== Task material ==

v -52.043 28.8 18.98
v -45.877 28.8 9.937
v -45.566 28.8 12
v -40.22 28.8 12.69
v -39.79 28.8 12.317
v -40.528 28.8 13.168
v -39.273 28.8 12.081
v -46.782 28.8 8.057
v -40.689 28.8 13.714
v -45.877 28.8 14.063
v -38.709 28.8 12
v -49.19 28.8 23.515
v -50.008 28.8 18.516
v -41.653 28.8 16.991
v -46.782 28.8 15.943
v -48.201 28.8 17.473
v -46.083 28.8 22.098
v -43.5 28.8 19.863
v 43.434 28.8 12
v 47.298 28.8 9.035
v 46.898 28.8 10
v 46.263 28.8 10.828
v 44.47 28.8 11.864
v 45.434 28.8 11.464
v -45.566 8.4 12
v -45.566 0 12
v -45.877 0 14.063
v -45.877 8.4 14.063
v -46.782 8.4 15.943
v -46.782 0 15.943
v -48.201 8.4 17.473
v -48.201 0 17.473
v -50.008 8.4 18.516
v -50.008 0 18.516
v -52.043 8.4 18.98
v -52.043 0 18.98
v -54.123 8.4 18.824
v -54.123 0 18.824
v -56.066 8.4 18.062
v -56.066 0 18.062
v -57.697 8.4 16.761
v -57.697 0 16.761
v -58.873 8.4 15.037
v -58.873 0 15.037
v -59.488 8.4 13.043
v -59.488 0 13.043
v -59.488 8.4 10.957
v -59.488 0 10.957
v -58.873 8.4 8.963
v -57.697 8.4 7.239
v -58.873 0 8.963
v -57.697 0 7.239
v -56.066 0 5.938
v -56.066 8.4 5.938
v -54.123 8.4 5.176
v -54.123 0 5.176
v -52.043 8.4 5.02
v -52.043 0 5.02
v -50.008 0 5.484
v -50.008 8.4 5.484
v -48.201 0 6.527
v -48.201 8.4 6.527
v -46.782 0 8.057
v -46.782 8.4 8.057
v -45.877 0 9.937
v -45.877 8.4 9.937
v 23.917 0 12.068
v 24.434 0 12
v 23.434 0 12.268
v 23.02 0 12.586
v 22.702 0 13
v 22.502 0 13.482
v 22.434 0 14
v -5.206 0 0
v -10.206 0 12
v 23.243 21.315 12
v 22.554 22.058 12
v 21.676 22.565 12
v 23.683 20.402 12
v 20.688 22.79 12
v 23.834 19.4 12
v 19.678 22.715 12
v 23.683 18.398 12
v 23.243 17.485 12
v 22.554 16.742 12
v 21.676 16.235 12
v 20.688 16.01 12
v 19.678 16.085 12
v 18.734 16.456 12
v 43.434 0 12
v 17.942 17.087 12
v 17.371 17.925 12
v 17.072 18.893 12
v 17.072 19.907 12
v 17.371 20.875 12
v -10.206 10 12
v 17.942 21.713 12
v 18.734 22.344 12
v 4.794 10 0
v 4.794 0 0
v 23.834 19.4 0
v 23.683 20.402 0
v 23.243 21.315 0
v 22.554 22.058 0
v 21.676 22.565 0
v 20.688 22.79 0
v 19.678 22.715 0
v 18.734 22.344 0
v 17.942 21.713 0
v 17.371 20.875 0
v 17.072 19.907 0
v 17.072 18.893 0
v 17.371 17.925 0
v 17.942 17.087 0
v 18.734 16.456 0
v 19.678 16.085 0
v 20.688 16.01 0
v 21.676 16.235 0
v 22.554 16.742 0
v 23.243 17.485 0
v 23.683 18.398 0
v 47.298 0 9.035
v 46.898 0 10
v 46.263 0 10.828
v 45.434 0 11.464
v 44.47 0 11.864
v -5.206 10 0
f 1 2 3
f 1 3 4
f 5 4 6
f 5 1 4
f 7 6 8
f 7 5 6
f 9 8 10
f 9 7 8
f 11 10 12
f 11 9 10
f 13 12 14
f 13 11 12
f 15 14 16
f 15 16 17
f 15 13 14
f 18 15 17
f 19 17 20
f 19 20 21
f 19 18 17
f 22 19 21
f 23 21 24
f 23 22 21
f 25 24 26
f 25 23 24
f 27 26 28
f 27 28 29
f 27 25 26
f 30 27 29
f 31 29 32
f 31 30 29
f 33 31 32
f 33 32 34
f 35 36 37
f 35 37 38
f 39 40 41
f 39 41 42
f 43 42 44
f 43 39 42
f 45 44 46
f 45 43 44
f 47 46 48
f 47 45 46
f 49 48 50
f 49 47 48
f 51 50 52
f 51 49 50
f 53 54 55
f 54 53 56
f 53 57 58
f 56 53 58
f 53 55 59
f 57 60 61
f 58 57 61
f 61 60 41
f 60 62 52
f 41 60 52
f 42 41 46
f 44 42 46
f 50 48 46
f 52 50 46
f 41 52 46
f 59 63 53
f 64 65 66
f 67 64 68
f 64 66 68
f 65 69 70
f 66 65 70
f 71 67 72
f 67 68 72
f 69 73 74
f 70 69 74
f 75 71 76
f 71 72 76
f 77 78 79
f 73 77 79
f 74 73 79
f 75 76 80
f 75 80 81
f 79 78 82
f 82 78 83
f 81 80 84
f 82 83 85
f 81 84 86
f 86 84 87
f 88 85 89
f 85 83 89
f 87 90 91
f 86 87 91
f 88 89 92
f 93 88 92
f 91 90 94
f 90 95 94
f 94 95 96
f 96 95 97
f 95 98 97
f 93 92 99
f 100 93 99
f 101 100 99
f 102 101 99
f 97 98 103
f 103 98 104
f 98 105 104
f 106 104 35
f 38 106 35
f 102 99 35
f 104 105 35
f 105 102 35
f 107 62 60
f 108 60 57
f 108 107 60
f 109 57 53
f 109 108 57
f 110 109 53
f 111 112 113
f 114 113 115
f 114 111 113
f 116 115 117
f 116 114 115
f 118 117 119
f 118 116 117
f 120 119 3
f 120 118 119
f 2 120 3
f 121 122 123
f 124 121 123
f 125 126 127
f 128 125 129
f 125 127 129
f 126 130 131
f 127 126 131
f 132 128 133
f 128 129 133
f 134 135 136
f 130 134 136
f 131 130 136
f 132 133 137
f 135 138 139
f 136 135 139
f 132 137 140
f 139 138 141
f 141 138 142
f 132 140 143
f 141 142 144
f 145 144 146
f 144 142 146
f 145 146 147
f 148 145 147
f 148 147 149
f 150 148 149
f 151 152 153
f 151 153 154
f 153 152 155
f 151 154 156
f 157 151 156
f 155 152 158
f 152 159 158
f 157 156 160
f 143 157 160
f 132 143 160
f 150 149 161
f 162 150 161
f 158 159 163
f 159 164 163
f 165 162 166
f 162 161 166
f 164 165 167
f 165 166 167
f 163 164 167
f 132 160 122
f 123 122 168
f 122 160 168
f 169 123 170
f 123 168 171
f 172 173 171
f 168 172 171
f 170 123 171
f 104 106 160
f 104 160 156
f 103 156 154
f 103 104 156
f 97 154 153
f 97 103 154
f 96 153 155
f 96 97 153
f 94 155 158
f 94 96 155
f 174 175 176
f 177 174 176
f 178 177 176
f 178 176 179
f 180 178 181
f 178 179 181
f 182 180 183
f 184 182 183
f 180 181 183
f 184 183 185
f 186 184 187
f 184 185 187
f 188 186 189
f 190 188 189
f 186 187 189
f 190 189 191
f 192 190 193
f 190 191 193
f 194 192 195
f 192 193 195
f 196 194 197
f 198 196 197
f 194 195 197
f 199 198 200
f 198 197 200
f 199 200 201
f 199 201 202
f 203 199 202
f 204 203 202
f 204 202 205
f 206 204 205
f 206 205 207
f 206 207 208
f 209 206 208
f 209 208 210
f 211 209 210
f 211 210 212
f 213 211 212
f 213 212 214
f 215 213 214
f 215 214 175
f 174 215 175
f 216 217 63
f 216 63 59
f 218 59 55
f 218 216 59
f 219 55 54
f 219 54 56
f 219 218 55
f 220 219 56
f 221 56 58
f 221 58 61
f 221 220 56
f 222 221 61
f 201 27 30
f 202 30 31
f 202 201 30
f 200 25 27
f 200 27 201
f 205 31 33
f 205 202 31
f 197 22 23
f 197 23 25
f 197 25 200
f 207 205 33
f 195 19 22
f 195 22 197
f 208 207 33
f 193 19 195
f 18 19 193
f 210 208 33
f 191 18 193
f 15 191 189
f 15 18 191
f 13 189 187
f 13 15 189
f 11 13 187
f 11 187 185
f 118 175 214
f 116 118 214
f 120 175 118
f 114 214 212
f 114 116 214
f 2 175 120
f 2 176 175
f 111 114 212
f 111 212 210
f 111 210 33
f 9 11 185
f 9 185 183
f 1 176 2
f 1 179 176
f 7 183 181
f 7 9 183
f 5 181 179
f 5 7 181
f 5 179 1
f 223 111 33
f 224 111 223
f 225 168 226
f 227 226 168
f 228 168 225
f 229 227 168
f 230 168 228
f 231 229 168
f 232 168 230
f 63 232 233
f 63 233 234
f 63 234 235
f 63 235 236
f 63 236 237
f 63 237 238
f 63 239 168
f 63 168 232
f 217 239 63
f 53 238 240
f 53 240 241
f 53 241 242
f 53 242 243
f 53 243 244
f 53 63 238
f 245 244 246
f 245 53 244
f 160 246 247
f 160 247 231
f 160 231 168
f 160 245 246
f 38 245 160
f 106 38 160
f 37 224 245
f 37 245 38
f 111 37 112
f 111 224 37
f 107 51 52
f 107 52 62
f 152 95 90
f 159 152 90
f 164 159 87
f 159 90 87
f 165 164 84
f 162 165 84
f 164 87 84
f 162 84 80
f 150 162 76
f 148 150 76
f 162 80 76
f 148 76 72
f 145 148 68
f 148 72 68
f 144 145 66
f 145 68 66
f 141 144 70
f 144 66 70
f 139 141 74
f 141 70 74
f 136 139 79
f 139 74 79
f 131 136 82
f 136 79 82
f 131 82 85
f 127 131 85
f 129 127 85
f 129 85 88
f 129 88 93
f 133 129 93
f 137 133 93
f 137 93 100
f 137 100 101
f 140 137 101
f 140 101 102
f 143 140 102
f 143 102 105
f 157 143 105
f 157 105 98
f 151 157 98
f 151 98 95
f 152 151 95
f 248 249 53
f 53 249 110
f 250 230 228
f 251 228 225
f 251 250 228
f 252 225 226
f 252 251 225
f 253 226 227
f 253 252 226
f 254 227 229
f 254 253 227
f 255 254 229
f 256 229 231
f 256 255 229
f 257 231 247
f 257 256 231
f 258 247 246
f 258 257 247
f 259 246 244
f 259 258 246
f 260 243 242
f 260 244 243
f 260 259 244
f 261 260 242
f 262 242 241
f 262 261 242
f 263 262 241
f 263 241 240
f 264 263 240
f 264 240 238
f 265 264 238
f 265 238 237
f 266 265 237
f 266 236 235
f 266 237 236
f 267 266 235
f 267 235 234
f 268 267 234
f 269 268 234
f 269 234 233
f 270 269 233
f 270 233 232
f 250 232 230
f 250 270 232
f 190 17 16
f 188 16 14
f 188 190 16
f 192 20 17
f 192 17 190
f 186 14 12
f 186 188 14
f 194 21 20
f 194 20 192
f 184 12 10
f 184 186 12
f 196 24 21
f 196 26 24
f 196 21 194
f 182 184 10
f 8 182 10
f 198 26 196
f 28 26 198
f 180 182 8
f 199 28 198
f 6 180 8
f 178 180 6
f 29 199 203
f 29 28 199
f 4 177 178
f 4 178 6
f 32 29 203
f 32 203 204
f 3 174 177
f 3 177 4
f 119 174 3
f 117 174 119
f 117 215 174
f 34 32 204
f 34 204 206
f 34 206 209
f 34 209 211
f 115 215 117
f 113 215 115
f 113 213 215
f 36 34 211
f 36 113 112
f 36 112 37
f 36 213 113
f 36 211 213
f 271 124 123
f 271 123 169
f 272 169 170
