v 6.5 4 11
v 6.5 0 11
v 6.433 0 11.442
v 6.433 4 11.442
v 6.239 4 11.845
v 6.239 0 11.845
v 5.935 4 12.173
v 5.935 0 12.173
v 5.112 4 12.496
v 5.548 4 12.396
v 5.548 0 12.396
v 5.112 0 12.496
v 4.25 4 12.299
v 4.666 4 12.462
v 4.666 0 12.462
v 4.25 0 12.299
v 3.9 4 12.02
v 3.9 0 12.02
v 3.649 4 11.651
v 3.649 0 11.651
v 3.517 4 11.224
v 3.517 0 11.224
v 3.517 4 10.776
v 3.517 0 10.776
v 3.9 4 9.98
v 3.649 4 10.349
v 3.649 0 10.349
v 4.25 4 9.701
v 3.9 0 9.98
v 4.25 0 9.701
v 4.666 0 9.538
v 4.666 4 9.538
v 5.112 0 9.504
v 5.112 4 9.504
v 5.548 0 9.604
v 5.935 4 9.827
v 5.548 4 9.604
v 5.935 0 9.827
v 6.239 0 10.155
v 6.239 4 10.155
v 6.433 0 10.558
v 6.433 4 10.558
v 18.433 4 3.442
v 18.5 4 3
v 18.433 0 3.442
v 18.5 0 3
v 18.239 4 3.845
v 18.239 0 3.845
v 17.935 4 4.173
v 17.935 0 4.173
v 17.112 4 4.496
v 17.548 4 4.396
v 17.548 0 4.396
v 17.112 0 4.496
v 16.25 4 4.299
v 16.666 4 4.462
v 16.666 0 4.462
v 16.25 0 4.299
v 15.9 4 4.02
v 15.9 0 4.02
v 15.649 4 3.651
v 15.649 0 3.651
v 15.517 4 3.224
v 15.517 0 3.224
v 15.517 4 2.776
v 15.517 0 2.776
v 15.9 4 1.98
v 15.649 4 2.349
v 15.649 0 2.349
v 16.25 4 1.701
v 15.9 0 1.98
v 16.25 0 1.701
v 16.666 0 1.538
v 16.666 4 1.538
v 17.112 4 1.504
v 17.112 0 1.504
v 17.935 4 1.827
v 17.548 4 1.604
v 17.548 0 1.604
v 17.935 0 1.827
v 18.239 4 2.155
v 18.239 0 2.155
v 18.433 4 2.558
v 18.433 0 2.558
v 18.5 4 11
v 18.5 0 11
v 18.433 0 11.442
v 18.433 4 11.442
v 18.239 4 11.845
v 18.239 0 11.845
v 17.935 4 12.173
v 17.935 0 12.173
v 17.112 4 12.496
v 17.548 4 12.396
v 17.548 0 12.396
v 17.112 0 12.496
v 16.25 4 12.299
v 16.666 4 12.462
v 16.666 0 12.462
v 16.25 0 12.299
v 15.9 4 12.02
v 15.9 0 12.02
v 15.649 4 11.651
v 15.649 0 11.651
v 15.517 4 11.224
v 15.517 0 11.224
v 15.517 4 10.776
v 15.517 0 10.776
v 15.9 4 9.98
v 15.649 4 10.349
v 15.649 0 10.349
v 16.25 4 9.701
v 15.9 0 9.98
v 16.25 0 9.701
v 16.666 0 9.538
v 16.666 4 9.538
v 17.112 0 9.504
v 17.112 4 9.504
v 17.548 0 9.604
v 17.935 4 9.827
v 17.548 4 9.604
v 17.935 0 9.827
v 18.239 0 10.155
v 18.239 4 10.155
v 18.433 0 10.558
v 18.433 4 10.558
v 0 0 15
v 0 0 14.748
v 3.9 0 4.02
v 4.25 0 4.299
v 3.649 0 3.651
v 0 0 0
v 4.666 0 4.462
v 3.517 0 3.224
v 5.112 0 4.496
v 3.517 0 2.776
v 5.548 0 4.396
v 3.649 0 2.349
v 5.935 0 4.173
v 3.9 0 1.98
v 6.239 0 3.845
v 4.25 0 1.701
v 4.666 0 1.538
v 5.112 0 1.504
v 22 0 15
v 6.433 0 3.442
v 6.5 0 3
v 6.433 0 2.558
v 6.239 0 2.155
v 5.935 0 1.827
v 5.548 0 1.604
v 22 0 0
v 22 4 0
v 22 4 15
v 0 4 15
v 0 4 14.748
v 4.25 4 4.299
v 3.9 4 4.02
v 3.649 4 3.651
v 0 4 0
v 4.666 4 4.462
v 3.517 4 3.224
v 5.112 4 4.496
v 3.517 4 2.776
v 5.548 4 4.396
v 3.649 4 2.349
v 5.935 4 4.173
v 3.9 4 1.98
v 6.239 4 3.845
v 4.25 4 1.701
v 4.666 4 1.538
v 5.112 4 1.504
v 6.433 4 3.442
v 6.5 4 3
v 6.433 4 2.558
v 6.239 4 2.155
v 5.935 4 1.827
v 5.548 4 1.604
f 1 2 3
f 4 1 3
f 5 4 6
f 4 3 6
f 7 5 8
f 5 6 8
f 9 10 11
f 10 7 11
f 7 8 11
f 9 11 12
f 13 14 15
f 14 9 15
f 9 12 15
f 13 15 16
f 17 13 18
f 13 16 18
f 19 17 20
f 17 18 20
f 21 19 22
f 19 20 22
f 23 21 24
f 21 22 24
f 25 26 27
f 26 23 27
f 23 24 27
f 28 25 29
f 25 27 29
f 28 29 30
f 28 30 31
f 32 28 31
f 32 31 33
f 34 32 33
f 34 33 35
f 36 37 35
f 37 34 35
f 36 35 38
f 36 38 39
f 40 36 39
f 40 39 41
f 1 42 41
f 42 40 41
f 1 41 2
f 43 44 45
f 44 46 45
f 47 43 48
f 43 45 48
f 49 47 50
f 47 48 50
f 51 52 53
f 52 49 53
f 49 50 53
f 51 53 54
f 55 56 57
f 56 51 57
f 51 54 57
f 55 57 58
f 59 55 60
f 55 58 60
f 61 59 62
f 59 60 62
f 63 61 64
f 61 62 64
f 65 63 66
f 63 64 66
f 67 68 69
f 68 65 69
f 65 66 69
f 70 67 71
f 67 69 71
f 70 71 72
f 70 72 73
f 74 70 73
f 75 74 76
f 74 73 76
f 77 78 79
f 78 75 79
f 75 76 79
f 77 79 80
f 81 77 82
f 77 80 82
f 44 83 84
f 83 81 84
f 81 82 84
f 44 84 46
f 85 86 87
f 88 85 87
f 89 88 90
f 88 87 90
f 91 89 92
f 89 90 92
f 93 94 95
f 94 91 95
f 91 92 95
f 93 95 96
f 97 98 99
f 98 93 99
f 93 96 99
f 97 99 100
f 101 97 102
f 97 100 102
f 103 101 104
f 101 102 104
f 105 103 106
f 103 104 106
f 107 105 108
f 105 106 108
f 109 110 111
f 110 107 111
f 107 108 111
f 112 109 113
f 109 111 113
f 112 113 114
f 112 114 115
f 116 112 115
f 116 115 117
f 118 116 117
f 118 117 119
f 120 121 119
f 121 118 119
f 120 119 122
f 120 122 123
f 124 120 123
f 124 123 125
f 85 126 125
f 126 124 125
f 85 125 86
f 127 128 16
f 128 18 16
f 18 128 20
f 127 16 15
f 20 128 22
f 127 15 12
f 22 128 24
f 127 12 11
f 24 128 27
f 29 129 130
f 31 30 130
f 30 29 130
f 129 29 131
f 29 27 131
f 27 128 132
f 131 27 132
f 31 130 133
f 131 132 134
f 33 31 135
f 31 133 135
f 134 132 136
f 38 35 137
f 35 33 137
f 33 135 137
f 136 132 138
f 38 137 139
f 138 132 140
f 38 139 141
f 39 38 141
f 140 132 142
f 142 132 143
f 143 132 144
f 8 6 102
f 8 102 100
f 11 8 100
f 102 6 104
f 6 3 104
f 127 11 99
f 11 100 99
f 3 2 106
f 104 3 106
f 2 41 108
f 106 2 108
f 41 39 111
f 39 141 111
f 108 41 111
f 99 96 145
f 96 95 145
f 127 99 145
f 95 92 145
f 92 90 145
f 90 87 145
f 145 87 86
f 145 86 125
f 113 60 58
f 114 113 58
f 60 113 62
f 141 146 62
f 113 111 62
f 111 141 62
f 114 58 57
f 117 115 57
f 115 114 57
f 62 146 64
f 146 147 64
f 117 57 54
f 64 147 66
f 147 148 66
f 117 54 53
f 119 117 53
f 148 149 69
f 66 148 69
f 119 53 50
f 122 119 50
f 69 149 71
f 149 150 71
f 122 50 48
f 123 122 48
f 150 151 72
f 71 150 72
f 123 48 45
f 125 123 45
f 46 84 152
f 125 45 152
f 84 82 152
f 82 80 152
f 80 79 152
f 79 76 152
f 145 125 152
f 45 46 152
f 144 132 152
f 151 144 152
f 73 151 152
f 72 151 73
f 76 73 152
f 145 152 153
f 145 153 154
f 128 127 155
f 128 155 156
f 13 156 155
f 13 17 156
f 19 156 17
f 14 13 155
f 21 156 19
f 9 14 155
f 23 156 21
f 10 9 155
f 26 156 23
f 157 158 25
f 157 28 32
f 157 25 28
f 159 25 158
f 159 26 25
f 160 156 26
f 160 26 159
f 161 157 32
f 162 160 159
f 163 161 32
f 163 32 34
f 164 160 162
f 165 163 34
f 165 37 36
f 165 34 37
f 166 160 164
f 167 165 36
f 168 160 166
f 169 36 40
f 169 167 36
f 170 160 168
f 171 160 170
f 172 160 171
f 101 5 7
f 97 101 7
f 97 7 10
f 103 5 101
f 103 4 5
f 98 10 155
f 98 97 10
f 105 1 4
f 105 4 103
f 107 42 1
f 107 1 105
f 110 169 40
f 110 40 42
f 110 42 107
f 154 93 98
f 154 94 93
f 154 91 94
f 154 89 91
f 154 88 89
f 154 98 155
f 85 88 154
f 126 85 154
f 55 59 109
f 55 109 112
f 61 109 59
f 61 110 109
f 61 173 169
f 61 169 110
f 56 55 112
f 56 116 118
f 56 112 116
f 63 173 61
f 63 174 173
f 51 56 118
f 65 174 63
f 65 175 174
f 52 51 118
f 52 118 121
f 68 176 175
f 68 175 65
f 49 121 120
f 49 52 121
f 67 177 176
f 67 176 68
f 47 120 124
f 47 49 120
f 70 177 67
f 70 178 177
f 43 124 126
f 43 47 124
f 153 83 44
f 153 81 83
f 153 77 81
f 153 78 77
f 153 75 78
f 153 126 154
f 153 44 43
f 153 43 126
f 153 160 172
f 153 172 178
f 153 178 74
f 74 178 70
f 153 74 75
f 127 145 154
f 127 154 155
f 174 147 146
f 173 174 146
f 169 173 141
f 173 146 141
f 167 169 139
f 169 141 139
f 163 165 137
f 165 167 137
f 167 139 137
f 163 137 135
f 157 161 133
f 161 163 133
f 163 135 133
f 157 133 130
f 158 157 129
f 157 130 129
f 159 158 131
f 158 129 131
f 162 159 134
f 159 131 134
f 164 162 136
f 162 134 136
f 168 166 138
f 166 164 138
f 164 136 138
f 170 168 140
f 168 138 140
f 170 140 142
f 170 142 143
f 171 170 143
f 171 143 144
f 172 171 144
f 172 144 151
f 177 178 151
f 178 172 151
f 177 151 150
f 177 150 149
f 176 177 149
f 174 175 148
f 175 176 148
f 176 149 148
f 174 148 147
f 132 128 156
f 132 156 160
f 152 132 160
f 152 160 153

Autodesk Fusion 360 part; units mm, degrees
sketch "Sketch1" plane through (0, 0, 0) normal (0, 1, 0) x (1, 0, 0)
  line L0 (0, 0) -> (22, 0)
  line L1 (22, 0) -> (22, -15)
  line L2 (22, -15) -> (0, -15)
  line L3 (0, -15) -> (0, 0)
  circle A0 centre (17, -11) radius 1.5
  line L4 (0, -15) -> (0, -14.748)
  circle A1 centre (5, -3) radius 1.5
  circle A2 centre (17, -3) radius 1.5
  circle A3 centre (5, -11) radius 1.5
  dimension "d11" = 3
  dimension "d18" = 3
  dimension "d21" = 3
  dimension "d24" = 3
extrude "Extrude1" add sketch "Sketch1" along normal blind 4 makes body 1
copy_body "Body->Comp1" bodies 1 removing the originals makes body 2 in component "Component"
component "Component" placed x (1, 0, 0) y (0, 1, 0) z (0, 0, 1) at (0, 0, 0)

===

*The task:* Using the entries shown above, reproduce verbatim the lines from the line bearing "f 110 169 40" to the line bearing "f 169 141 139", inclusive.

*Response:*
f 110 169 40
f 110 40 42
f 110 42 107
f 154 93 98
f 154 94 93
f 154 91 94
f 154 89 91
f 154 88 89
f 154 98 155
f 85 88 154
f 126 85 154
f 55 59 109
f 55 109 112
f 61 109 59
f 61 110 109
f 61 173 169
f 61 169 110
f 56 55 112
f 56 116 118
f 56 112 116
f 63 173 61
f 63 174 173
f 51 56 118
f 65 174 63
f 65 175 174
f 52 51 118
f 52 118 121
f 68 176 175
f 68 175 65
f 49 121 120
f 49 52 121
f 67 177 176
f 67 176 68
f 47 120 124
f 47 49 120
f 70 177 67
f 70 178 177
f 43 124 126
f 43 47 124
f 153 83 44
f 153 81 83
f 153 77 81
f 153 78 77
f 153 75 78
f 153 126 154
f 153 44 43
f 153 43 126
f 153 160 172
f 153 172 178
f 153 178 74
f 74 178 70
f 153 74 75
f 127 145 154
f 127 154 155
f 174 147 146
f 173 174 146
f 169 173 141
f 173 146 141
f 167 169 139
f 169 141 139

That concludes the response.